In fact, many corporations have instead carried out layoffs in spite of their surge in profits. General Motors (GM) has announced plans to lay off 15,000 workers and shut down five plants in the United States and Canada, along with two unspecified plants internationally. While GM is planning to cut $6.5 billion in costs, it has squandered over $10 billion in stock buybacks and dividend payouts for its richest investors since 2017, and $25 billion since 2012.

Bank of America has cut 5,000 jobs this year alone. Bank of America CEO Brian Moynihan has cited the growth of automation and online banking as the impetus for the layoffs. According to Moynihan himself, the corporation has cut 100,000 jobs since 2010 when he took over the company. Wells Fargo, another bank that has made billions from the cuts, followed suit in an announcement that it plans to downsize its work force by up to 10 percent. This came shortly after an announcement of $40 billion in stock buybacks since the law passed.

AT&T slashed more than 10,000 union jobs this year in an acceleration of layoffs from last year. Verizon has laid off 3,100 employees this year, while announcing a buyout offer cutting an additional 10,000 workers. The company recently made the decision to outsource 2,500 jobs to Infosys, a large Indian technology firm.

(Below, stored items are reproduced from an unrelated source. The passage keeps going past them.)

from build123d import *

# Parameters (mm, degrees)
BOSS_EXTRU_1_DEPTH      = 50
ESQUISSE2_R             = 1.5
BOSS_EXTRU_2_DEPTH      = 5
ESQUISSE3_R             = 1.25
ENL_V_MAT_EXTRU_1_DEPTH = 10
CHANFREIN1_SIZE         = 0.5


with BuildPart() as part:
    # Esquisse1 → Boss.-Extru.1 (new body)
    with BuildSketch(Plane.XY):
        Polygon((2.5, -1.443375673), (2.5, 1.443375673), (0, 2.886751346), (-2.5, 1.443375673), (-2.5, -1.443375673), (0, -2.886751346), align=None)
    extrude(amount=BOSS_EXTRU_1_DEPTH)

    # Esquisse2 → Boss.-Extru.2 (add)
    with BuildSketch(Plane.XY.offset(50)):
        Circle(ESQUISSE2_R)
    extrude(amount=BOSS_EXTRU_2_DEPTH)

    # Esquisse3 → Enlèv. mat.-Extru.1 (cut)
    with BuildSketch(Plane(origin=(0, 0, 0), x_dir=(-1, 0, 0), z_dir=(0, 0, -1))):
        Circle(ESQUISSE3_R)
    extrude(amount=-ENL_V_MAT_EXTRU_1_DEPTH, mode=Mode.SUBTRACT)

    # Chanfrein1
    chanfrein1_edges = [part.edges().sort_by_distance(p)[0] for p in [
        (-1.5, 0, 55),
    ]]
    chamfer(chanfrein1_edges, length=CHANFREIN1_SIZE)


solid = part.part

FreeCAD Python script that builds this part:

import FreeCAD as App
import Part
import Sketcher

V = App.Vector
Q = App.Units.Quantity


def edges_at(feature, points):
    """Names of the edges that pass closest to the given points."""
    edges = feature.Shape.Edges
    near = lambda p: min(range(len(edges)), key=lambda i: edges[i].distToShape(Part.Vertex(*p))[0])
    return sorted({f"Edge{near(p) + 1}" for p in points})


def add_polygon(sketch, points):
    """Adds a closed chain of lines whose ends are joined by coincident constraints."""
    first, n = sketch.GeometryCount, len(points)
    for a, b in zip(points, points[1:] + points[:1]):
        sketch.addGeometry(Part.LineSegment(App.Vector(*a, 0), App.Vector(*b, 0)), False)
    for i in range(n):
        sketch.addConstraint(Sketcher.Constraint("Coincident", first + i, 2, first + (i + 1) % n, 1))

doc = App.newDocument("Part")
body = doc.addObject("PartDesign::Body", "Body")

# Sketch on XY plane
sketch1 = body.newObject("Sketcher::SketchObject", "Sketch")
sketch1.AttachmentSupport = (doc.getObject("XY_Plane"), [""])
sketch1.MapMode = "FlatFace"
add_polygon(sketch1, [(2.5, -1.4), (2.5, 1.4), (0, 2.9), (-2.5, 1.4), (-2.5, -1.4), (0, -2.9)])  # lines 0-5
sketch1.addConstraint([
    Sketcher.Constraint("Vertical", 0),
    Sketcher.Constraint("Vertical", 3),
    Sketcher.Constraint("Symmetric", 0, 2, 3, 2, -1, 1),
    Sketcher.Constraint("Symmetric", 1, 2, 4, 2, -1, 1),
    Sketcher.Constraint("PointOnObject", 1, 2, -2),
    Sketcher.Constraint("Parallel", 2, 5),
    Sketcher.Constraint("Horizontal", 0, 2, 2, 2),
    Sketcher.Constraint("Angle", 1, Q("150 deg")),
    Sketcher.Constraint("DistanceX", 2, 2, 0, 2, Q("5 mm")),
    Sketcher.Constraint("DistanceY", 0, 1, 0, 2, Q("2.886751 mm")),
])
pad1 = body.newObject("PartDesign::Pad", "Pad")
pad1.Profile = sketch1
pad1.Length = 50

# Sketch on XY plane
sketch2 = body.newObject("Sketcher::SketchObject", "Sketch001")
sketch2.AttachmentSupport = (doc.getObject("XY_Plane"), [""])
sketch2.MapMode = "FlatFace"
sketch2.AttachmentOffset = App.Placement(V(0, 0, 50), App.Rotation())
sketch2.addGeometry(Part.Circle(V(0, 0, 0), V(0, 0, 1), 1.5), False)
sketch2.addConstraint([
    Sketcher.Constraint("Coincident", 0, 3, -1, 1),
    Sketcher.Constraint("Diameter", 0, Q("3 mm")),
])
pad2 = body.newObject("PartDesign::Pad", "Pad001")
pad2.Profile = sketch2
pad2.Length = 5

# Sketch on XY plane
sketch3 = body.newObject("Sketcher::SketchObject", "Sketch002")
sketch3.AttachmentSupport = (doc.getObject("XY_Plane"), [""])
sketch3.MapMode = "FlatFace"
sketch3.addGeometry(Part.Circle(V(0, 0, 0), V(0, 0, 1), 1.2), False)
sketch3.addConstraint([
    Sketcher.Constraint("Coincident", 0, 3, -1, 1),
    Sketcher.Constraint("Diameter", 0, Q("2.5 mm")),
])
pocket1 = body.newObject("PartDesign::Pocket", "Pocket")
pocket1.Profile = sketch3
pocket1.Length = 10
pocket1.Reversed = True
doc.recompute()

chamfer = body.newObject("PartDesign::Chamfer", "Chamfer")
chamfer.Base = (pocket1, edges_at(pocket1, [(-1.5, 0, 55)]))
chamfer.Size = 0.5

doc.recompute()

The trade unions representing many of the affected workers, such as the United Auto Workers (UAW) and Communications Workers of America (CWA), have directly collaborated in imposing the layoffs and plant closures.

The Democratic Party offered only nominal opposition to the tax cuts. While voting against the legislation last year in a party-line vote in both the House and Senate, the Democrats are not proposing to introduce legislation to repeal the cuts once they regain control of the House of Representatives January 3—neither partially nor as a whole. The Republican Party introduced legislation to repeal, deauthorize, defund, or otherwise do away with Affordable Care Act (ACA) 83 times during Obama’s presidency. The Democrats are opposed to even a symbolic gesture against the tax cuts, as doing so would risk alienating the party from its corporate base.